# #TOPIC: Golf in Dubai (+ 6 new courses planned)



## THE DUBAI GUYS (Aug 5, 2004)

For the avid golfer, there can't be better news than this: Dubai will have an additional six golf courses.

The initiative was announced at a press conference by Wahid Attalla, the Executive Director Commercial and Operations at Nakheel, in the presence of star golfer Greg Norman, yesterday.

And to make this ambitious project a reality, the promoters of some of Dubai's most prominent real estate projects, launched Nakheel Golf - a dedicated division focussing on the development of the game in the emirate.

Nakheel Golf, a dedicated division of Nakheel Developers launched yesterday, will invest Dh500-600 million to build six golf courses located in Dubai at selected Nakheel projects.

In alliance with Greg Norman, Nakheel Golf will immediately commence work on developing the six golf courses located at selected Nakheel projects in Dubai.

"We have a successful history as developers and being appreciated for our efforts by a global audience. We have launched Nakheel Golf to specialise in the development of golf courses and golf-themed commercial and residential properties in Dubai," stated Attalla.

The key highlights of these courses are eco-friendly and environmentally sound principles and practices.

Elaborating on each of the six proposed courses, Attalla stated that The Little White Shark will be located on Jumeirah Islands, and feature a par-3, six-hole course with an eye on the family.

The highlight of this course will be its clubhouse, which will be built in the shape of a shark that is also the logo of Greg Norman's private company.

The course will be ready by October next year.

*The Jumeirah Golf Estates - an as yet unannounced real estate development planned by Nakheel - will feature four championship golf courses built around a gated residential community.*

With 18 holes each, the environment themed courses will be designed around the elements of Earth, Fire, Air and Water.

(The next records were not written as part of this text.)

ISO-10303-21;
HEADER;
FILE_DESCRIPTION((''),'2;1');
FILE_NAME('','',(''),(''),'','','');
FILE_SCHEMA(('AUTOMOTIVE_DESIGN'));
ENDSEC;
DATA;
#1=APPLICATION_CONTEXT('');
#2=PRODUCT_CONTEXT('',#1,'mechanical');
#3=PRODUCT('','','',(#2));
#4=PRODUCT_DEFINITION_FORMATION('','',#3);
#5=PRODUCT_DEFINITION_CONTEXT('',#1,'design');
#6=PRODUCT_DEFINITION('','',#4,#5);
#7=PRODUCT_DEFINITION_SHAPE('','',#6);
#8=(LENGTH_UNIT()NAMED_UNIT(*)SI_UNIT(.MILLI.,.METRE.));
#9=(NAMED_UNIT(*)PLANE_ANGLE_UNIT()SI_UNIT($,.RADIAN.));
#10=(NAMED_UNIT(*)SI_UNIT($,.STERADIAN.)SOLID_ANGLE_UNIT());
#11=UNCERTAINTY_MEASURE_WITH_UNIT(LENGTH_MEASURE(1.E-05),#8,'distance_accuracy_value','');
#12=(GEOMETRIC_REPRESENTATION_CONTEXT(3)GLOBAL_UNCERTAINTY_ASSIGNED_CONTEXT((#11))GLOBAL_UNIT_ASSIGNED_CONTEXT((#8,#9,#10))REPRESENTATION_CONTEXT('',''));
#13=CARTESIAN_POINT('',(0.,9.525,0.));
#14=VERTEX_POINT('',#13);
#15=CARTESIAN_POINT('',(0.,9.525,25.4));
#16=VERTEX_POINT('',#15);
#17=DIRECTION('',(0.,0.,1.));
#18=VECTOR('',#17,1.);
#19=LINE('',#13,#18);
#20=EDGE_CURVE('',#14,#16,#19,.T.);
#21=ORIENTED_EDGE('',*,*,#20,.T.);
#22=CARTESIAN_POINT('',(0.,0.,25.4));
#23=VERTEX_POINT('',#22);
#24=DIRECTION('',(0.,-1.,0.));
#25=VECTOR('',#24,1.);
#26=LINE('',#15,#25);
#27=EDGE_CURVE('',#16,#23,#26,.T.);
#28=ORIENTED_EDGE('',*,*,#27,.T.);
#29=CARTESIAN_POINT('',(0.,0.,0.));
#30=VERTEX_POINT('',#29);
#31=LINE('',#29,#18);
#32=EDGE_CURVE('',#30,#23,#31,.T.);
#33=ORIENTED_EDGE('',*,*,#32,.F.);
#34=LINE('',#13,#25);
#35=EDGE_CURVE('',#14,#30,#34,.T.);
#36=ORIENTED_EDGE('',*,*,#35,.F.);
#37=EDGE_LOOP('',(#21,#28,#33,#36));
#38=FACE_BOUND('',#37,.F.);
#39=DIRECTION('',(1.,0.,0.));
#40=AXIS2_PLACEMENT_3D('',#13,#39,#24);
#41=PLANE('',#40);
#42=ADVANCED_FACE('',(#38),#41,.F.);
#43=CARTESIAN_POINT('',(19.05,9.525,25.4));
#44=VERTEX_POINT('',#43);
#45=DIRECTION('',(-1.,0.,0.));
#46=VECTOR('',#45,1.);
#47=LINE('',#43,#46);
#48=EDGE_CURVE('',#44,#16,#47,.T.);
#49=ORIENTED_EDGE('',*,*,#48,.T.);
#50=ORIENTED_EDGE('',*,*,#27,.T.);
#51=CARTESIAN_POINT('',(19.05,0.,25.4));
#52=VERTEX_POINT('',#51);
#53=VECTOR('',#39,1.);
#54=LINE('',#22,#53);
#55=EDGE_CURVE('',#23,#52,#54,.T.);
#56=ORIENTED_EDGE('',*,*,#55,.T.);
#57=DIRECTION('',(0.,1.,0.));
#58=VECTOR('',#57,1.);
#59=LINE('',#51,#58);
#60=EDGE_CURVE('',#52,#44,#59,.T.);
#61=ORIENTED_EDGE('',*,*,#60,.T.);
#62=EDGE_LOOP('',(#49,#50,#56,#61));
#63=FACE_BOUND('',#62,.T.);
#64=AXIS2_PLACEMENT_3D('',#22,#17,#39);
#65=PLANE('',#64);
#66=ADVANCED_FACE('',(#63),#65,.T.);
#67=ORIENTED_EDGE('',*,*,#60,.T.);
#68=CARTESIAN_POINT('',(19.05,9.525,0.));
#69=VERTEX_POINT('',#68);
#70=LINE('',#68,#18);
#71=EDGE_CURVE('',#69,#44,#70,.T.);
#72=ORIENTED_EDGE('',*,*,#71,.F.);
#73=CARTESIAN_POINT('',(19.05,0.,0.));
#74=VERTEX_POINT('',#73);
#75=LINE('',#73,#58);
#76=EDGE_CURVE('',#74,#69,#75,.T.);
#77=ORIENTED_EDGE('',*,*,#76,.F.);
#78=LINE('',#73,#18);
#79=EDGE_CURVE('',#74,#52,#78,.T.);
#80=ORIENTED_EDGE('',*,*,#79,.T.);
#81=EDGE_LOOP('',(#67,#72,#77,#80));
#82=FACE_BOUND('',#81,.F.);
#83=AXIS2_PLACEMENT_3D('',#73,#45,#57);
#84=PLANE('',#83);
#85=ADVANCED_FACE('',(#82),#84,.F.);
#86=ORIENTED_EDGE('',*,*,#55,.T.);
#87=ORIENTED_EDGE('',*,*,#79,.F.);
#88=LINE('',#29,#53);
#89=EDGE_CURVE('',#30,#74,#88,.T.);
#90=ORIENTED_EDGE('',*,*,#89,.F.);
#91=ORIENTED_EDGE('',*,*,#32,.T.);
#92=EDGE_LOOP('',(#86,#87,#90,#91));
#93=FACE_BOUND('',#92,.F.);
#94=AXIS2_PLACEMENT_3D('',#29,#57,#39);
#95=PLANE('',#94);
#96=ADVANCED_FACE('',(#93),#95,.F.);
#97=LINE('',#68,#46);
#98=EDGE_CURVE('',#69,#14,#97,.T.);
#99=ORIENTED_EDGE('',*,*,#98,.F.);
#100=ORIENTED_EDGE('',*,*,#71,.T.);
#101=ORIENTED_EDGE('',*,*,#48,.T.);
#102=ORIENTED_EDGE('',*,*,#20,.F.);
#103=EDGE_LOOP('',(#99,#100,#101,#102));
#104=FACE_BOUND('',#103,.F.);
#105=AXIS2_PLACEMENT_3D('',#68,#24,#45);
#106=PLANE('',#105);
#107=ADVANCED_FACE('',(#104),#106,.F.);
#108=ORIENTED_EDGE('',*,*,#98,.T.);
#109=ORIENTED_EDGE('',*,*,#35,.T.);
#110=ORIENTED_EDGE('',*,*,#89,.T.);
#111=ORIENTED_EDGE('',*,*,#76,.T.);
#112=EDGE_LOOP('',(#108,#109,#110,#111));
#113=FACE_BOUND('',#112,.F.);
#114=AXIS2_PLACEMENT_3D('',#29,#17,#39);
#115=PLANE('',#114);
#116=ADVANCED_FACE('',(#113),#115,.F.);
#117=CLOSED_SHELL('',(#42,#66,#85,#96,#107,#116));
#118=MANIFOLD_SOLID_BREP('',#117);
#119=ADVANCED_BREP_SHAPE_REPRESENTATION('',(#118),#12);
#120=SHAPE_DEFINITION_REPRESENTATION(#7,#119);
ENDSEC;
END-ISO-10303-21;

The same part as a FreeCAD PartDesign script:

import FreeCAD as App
import Part
import Sketcher

V = App.Vector
Q = App.Units.Quantity


def add_polygon(sketch, points):
    """Adds a closed chain of lines whose ends are joined by coincident constraints."""
    first, n = sketch.GeometryCount, len(points)
    for a, b in zip(points, points[1:] + points[:1]):
        sketch.addGeometry(Part.LineSegment(App.Vector(*a, 0), App.Vector(*b, 0)), False)
    for i in range(n):
        sketch.addConstraint(Sketcher.Constraint("Coincident", first + i, 2, first + (i + 1) % n, 1))

doc = App.newDocument("Part")
params = doc.addObject("Spreadsheet::Sheet", "Params")
for row, (alias, value) in enumerate([
    ("sketch1_width", "0.75 in"),
    ("sketch1_height", "0.375 in"),
    ("pad1_length", "1 in"),
], start=1):
    params.set(f"A{row}", alias)
    params.set(f"B{row}", "=" + value)
    params.setAlias(f"B{row}", alias)

body = doc.addObject("PartDesign::Body", "Body")

sketch1 = body.newObject("Sketcher::SketchObject", "Sketch")
sketch1.AttachmentSupport = (doc.getObject("XY_Plane"), [""])
sketch1.MapMode = "FlatFace"
add_polygon(sketch1, [(0, 9.525), (0, 0), (19.05, 0), (19.05, 9.525)])
sketch1.addConstraint([
    Sketcher.Constraint("Vertical", 0),
    Sketcher.Constraint("Horizontal", 1),
    Sketcher.Constraint("Vertical", 2),
    Sketcher.Constraint("Horizontal", 3),
    Sketcher.Constraint("Coincident", 0, 2, -1, 1),
    Sketcher.Constraint("DistanceX", 1, 1, 1, 2, Q("0.75 in")),
    Sketcher.Constraint("DistanceY", 0, 2, 0, 1, Q("0.375 in")),
])
sketch1.setExpression("Constraints[9]", "Params.sketch1_width")
sketch1.setExpression("Constraints[10]", "Params.sketch1_height")
pad1 = body.newObject("PartDesign::Pad", "Pad")
pad1.Profile = sketch1
pad1.setExpression("Length", "Params.pad1_length")

doc.recompute()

And Greg Norman will be personally involved in the creation of two Eco Signature Courses at The Estate, which will focus on eco-friendly principles and practices.

The Inspiration, the first golf course of its kind in the world, is designed as a tribute to Greg Norman's long career in the sport.

The course will be based on a realistic re-creation of the legendary golfer's favourite holes from around the world which include six from the Americas, six from Europe and six from Australia.

"Nakheel Golf will start work simultaneously on the several exciting projects that have already been earmarked for development. And the world should expect the same unique approach and exacting standards that we have applied to all our ongoing projects," Attalla stated.

Attalla noted that the launch of Nakheel Golf was a natural progression of the company's accomplishments in the field of real estate design and planning, at their various ongoing projects.

"Dubai has proven its vision time and again - be it in innovation thought or through incredulous action - and it is my belief that apart from many other notable credits, golf too will become a flagship attraction of this truly amazing Emirate," stated Greg Norman.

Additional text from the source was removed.